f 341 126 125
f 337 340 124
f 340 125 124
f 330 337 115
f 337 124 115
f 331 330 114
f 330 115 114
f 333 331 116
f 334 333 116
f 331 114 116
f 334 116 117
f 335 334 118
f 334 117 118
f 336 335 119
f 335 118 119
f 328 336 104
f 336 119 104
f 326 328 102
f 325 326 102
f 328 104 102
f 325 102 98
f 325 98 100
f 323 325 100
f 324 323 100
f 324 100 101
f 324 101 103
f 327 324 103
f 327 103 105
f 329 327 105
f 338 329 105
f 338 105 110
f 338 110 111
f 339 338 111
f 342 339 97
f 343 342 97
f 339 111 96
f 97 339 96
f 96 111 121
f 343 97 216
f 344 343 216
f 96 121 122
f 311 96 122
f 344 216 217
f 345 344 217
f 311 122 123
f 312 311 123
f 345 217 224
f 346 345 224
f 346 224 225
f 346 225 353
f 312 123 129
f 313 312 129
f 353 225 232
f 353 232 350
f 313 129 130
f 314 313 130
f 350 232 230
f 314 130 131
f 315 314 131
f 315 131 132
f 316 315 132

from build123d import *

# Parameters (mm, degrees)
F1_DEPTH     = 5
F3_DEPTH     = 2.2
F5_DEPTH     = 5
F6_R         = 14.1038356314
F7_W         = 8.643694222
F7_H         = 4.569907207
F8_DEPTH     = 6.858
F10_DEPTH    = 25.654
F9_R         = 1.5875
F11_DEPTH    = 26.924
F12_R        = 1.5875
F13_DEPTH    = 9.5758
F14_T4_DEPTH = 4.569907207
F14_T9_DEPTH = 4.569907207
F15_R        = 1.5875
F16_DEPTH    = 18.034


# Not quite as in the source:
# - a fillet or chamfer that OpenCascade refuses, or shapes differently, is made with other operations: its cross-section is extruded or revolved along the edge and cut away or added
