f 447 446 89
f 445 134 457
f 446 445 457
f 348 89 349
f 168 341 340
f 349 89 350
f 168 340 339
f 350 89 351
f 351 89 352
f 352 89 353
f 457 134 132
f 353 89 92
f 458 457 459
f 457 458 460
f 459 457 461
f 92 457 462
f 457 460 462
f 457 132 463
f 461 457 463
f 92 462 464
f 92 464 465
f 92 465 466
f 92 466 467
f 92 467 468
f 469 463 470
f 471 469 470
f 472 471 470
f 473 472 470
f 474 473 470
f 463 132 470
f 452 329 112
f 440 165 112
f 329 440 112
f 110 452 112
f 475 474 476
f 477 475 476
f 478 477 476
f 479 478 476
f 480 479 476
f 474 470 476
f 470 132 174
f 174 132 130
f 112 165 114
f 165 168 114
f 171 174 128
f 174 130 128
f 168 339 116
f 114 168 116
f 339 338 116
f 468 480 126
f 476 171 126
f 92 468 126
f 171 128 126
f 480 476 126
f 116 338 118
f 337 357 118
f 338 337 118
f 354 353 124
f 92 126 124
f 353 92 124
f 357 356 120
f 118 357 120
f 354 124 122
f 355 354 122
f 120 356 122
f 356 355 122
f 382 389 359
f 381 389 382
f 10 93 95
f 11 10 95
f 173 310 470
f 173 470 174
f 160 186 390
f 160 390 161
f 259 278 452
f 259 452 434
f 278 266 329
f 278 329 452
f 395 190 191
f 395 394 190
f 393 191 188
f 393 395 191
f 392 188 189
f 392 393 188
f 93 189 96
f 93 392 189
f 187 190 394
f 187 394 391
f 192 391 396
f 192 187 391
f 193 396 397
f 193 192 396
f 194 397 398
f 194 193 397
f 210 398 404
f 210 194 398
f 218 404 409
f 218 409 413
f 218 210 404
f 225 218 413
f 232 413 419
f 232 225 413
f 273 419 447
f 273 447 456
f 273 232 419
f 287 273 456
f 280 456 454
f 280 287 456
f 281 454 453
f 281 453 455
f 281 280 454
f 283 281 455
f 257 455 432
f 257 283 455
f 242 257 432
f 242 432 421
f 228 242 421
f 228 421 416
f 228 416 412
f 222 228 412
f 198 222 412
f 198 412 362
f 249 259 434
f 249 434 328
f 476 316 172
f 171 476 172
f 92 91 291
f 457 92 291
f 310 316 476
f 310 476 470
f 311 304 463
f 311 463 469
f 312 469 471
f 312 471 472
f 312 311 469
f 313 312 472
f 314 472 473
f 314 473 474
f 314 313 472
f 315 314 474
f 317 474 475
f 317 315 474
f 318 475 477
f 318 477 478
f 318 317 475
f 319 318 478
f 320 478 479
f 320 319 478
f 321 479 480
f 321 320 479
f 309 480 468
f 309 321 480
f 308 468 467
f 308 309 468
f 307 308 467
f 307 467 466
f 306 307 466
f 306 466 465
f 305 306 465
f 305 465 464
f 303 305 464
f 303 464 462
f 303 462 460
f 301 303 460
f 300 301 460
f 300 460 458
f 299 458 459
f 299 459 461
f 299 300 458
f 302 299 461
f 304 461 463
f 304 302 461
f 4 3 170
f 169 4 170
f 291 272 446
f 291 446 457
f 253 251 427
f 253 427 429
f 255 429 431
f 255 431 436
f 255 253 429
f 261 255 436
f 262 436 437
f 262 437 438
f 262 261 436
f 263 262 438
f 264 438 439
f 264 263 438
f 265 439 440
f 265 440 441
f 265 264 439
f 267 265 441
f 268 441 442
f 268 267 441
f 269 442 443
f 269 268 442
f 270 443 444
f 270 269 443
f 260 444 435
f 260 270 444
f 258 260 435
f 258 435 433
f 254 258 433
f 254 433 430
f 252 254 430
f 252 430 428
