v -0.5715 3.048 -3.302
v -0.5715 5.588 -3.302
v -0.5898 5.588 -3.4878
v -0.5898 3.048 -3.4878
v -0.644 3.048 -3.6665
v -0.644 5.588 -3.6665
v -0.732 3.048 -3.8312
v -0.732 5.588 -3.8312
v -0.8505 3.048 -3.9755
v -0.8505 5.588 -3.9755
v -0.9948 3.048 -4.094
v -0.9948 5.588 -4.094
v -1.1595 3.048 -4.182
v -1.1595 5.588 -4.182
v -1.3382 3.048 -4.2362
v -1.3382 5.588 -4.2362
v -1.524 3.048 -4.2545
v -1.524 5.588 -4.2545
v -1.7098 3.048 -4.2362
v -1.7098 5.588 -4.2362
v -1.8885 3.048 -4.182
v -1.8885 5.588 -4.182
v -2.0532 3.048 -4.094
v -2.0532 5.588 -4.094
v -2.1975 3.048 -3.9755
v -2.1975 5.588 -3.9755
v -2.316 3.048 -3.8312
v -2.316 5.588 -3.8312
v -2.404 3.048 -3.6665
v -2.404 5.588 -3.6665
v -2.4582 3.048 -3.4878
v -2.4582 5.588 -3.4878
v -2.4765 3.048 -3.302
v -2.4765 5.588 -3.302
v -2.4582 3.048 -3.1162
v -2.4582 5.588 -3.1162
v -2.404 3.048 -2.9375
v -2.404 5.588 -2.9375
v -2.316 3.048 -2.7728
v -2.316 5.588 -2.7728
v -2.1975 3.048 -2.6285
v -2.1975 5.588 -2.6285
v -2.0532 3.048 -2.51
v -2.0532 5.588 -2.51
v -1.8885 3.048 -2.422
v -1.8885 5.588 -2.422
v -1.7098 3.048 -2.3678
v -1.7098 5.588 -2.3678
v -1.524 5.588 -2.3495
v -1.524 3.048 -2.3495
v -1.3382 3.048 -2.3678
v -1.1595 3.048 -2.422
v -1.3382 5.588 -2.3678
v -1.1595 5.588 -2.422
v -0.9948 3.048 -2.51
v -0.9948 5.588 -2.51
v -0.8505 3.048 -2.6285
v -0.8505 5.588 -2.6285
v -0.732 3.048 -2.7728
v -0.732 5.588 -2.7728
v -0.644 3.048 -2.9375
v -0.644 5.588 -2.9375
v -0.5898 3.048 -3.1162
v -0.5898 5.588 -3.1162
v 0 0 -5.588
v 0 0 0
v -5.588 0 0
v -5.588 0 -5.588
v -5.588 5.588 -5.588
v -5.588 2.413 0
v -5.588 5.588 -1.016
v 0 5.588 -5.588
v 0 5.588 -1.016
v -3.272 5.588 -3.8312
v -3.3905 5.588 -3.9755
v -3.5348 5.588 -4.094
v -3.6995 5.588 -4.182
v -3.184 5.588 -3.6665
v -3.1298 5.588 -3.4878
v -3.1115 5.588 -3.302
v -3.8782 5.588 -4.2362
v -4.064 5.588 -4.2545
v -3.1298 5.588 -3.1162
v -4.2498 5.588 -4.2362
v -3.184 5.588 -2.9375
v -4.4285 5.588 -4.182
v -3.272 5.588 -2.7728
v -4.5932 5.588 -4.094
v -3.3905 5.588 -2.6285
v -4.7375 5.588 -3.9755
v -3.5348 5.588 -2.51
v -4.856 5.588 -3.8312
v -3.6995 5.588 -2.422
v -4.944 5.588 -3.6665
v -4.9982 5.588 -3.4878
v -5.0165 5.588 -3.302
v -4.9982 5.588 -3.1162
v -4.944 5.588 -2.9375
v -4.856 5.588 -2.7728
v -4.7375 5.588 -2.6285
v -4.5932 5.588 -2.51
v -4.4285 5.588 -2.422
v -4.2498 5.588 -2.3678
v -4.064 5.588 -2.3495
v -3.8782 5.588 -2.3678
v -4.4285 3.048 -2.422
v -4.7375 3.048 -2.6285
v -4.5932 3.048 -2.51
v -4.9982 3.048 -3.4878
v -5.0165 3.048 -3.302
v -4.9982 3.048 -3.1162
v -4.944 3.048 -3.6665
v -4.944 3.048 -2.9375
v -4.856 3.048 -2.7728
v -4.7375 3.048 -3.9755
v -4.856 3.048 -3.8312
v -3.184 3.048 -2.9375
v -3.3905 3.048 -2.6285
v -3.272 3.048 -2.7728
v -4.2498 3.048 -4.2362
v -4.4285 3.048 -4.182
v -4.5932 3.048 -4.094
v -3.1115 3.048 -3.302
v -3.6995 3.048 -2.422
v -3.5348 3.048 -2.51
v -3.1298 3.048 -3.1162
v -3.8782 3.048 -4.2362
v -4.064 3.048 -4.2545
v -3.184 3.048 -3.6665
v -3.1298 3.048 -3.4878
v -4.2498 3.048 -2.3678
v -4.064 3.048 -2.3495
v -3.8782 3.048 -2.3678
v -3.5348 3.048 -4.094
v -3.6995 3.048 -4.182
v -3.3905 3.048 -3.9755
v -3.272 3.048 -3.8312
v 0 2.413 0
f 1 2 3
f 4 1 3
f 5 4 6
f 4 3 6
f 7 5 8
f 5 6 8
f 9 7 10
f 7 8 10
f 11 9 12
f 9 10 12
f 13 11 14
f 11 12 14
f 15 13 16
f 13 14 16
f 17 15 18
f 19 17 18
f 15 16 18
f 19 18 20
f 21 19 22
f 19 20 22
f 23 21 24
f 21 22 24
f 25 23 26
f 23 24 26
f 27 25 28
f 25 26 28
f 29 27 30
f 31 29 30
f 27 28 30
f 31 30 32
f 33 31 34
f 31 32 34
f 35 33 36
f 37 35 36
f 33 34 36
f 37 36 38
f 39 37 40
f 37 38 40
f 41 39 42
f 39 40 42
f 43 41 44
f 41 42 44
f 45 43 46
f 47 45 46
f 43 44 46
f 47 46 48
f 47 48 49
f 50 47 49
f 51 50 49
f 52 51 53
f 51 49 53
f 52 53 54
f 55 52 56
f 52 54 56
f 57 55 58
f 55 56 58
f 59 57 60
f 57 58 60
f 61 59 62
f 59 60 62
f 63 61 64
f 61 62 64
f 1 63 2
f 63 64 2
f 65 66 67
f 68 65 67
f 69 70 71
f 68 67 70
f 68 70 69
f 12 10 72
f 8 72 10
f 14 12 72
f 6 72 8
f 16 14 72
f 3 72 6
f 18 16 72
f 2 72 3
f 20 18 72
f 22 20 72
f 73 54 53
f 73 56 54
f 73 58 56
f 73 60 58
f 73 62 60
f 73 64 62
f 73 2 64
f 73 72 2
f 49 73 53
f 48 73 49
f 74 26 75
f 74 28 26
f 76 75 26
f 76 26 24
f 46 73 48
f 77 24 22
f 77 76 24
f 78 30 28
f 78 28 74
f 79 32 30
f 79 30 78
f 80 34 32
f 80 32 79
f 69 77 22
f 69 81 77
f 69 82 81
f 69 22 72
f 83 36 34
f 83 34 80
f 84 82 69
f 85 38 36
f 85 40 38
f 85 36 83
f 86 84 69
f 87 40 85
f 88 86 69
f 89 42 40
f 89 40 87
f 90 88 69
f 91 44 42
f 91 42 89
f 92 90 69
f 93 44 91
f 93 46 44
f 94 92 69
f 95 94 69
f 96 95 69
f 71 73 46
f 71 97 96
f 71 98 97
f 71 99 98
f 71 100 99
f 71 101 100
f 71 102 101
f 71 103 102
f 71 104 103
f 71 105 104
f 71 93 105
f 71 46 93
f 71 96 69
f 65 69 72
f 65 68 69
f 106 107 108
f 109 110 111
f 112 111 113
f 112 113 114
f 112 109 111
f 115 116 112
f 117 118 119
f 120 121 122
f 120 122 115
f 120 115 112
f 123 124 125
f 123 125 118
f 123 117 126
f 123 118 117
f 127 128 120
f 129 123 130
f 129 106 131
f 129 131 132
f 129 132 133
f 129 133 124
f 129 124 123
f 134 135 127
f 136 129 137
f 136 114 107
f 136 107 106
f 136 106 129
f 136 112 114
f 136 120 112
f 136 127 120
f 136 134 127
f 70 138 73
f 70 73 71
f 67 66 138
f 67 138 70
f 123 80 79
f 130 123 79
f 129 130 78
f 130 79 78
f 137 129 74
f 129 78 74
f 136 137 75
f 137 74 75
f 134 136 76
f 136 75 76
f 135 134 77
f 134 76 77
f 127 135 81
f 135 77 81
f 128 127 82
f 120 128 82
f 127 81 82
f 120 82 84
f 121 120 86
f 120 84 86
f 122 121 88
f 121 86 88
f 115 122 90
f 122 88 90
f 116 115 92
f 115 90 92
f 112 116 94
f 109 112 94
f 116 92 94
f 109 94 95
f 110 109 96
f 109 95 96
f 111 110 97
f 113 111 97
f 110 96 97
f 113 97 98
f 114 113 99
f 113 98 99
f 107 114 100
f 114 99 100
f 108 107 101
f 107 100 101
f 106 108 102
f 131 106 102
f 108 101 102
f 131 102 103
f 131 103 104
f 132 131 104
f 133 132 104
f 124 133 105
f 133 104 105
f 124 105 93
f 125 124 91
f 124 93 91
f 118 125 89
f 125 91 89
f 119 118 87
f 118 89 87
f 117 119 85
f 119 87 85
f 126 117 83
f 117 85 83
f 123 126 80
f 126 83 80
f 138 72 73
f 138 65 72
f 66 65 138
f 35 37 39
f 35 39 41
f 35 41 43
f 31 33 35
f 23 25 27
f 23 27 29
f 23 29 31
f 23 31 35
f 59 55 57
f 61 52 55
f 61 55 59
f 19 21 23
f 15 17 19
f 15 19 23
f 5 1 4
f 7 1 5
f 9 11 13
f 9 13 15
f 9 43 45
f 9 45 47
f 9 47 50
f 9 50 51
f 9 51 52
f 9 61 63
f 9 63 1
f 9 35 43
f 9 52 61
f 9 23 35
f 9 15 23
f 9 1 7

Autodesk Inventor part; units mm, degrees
ref_plane "YZ Plane" through (0, 0, 0) normal (1, 0, 0) x (0, 1, 0)
ref_plane "XZ Plane" through (0, 0, 0) normal (0, 1, 0) x (-1, 0, 0)
ref_plane "XY Plane" through (0, 0, 0) normal (0, 0, 1) x (1, 0, 0)
sketch "Sketch1" plane through (0, 0, 0) normal (0, 1, 0) x (-1, 0, 0)
  line L0 (0, 0) -> (5.588, 0)
  line L1 (5.588, 0) -> (5.588, -5.588)
  line L2 (5.588, -5.588) -> (0, -5.588)
  line L3 (0, -5.588) -> (0, 0)
  dimension "d0" = 5.588
  dimension "d1" = 5.588
extrude "Extrusion1" add sketch "Sketch1" along normal blind 5.588
chamfer "Chamfer1" distance 1.016 distance2 3.175 1 edges at (-2.794, 5.588, 0) measured on face at (-1.8627, 5.588, -1.8627)
sketch "Sketch2" plane through (0, 5.588, 0) normal (0, 1, 0) x (1, 0, 0)
  line L0 (0, 1.016) -> (-5.588, 1.016) projected
  line L1 (0, 1.016) -> (0, 5.588) projected
  line L2 (0, 5.588) -> (-5.588, 5.588) projected
  line L3 (-5.588, 5.588) -> (-5.588, 1.016) projected
  circle A0 centre (-4.064, 3.302) radius 0.9525
  circle A1 centre (-1.524, 3.302) radius 0.9525
  point P0 (0, 0)
  dimension "d7" = 1.905
  dimension "d8" = 1.905
  dimension "d9" = 1.524
  dimension "d10" = 1.524
extrude "Extrusion2" cut sketch "Sketch2" against normal blind 2.54 contours A0 | A1
properties part number "connector"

- - - - -

→ **PROMPT**
The lines to extract from the data above begin with the line containing "f 264 438 439" and end with the line containing "v -0.5898 5.588 -3.1162". Extract them exactly, including both.

→ **ANSWER TO THIS PROBLEM**
f 264 438 439
f 264 263 438
f 265 439 440
f 265 440 441
f 265 264 439
f 267 265 441
f 268 441 442
f 268 267 441
f 269 442 443
f 269 268 442
f 270 443 444
f 270 269 443
f 260 444 435
f 260 270 444
f 258 260 435
f 258 435 433
f 254 258 433
f 254 433 430
f 252 254 430
f 252 430 428
v -0.5715 3.048 -3.302
v -0.5715 5.588 -3.302
v -0.5898 5.588 -3.4878
v -0.5898 3.048 -3.4878
v -0.644 3.048 -3.6665
v -0.644 5.588 -3.6665
v -0.732 3.048 -3.8312
v -0.732 5.588 -3.8312
v -0.8505 3.048 -3.9755
v -0.8505 5.588 -3.9755
v -0.9948 3.048 -4.094
v -0.9948 5.588 -4.094
v -1.1595 3.048 -4.182
v -1.1595 5.588 -4.182
v -1.3382 3.048 -4.2362
v -1.3382 5.588 -4.2362
v -1.524 3.048 -4.2545
v -1.524 5.588 -4.2545
v -1.7098 3.048 -4.2362
v -1.7098 5.588 -4.2362
v -1.8885 3.048 -4.182
v -1.8885 5.588 -4.182
v -2.0532 3.048 -4.094
v -2.0532 5.588 -4.094
v -2.1975 3.048 -3.9755
v -2.1975 5.588 -3.9755
v -2.316 3.048 -3.8312
v -2.316 5.588 -3.8312
v -2.404 3.048 -3.6665
v -2.404 5.588 -3.6665
v -2.4582 3.048 -3.4878
v -2.4582 5.588 -3.4878
v -2.4765 3.048 -3.302
v -2.4765 5.588 -3.302
v -2.4582 3.048 -3.1162
v -2.4582 5.588 -3.1162
v -2.404 3.048 -2.9375
v -2.404 5.588 -2.9375
v -2.316 3.048 -2.7728
v -2.316 5.588 -2.7728
v -2.1975 3.048 -2.6285
v -2.1975 5.588 -2.6285
v -2.0532 3.048 -2.51
v -2.0532 5.588 -2.51
v -1.8885 3.048 -2.422
v -1.8885 5.588 -2.422
v -1.7098 3.048 -2.3678
v -1.7098 5.588 -2.3678
v -1.524 5.588 -2.3495
v -1.524 3.048 -2.3495
v -1.3382 3.048 -2.3678
v -1.1595 3.048 -2.422
v -1.3382 5.588 -2.3678
v -1.1595 5.588 -2.422
v -0.9948 3.048 -2.51
v -0.9948 5.588 -2.51
v -0.8505 3.048 -2.6285
v -0.8505 5.588 -2.6285
v -0.732 3.048 -2.7728
v -0.732 5.588 -2.7728
v -0.644 3.048 -2.9375
v -0.644 5.588 -2.9375
v -0.5898 3.048 -3.1162
v -0.5898 5.588 -3.1162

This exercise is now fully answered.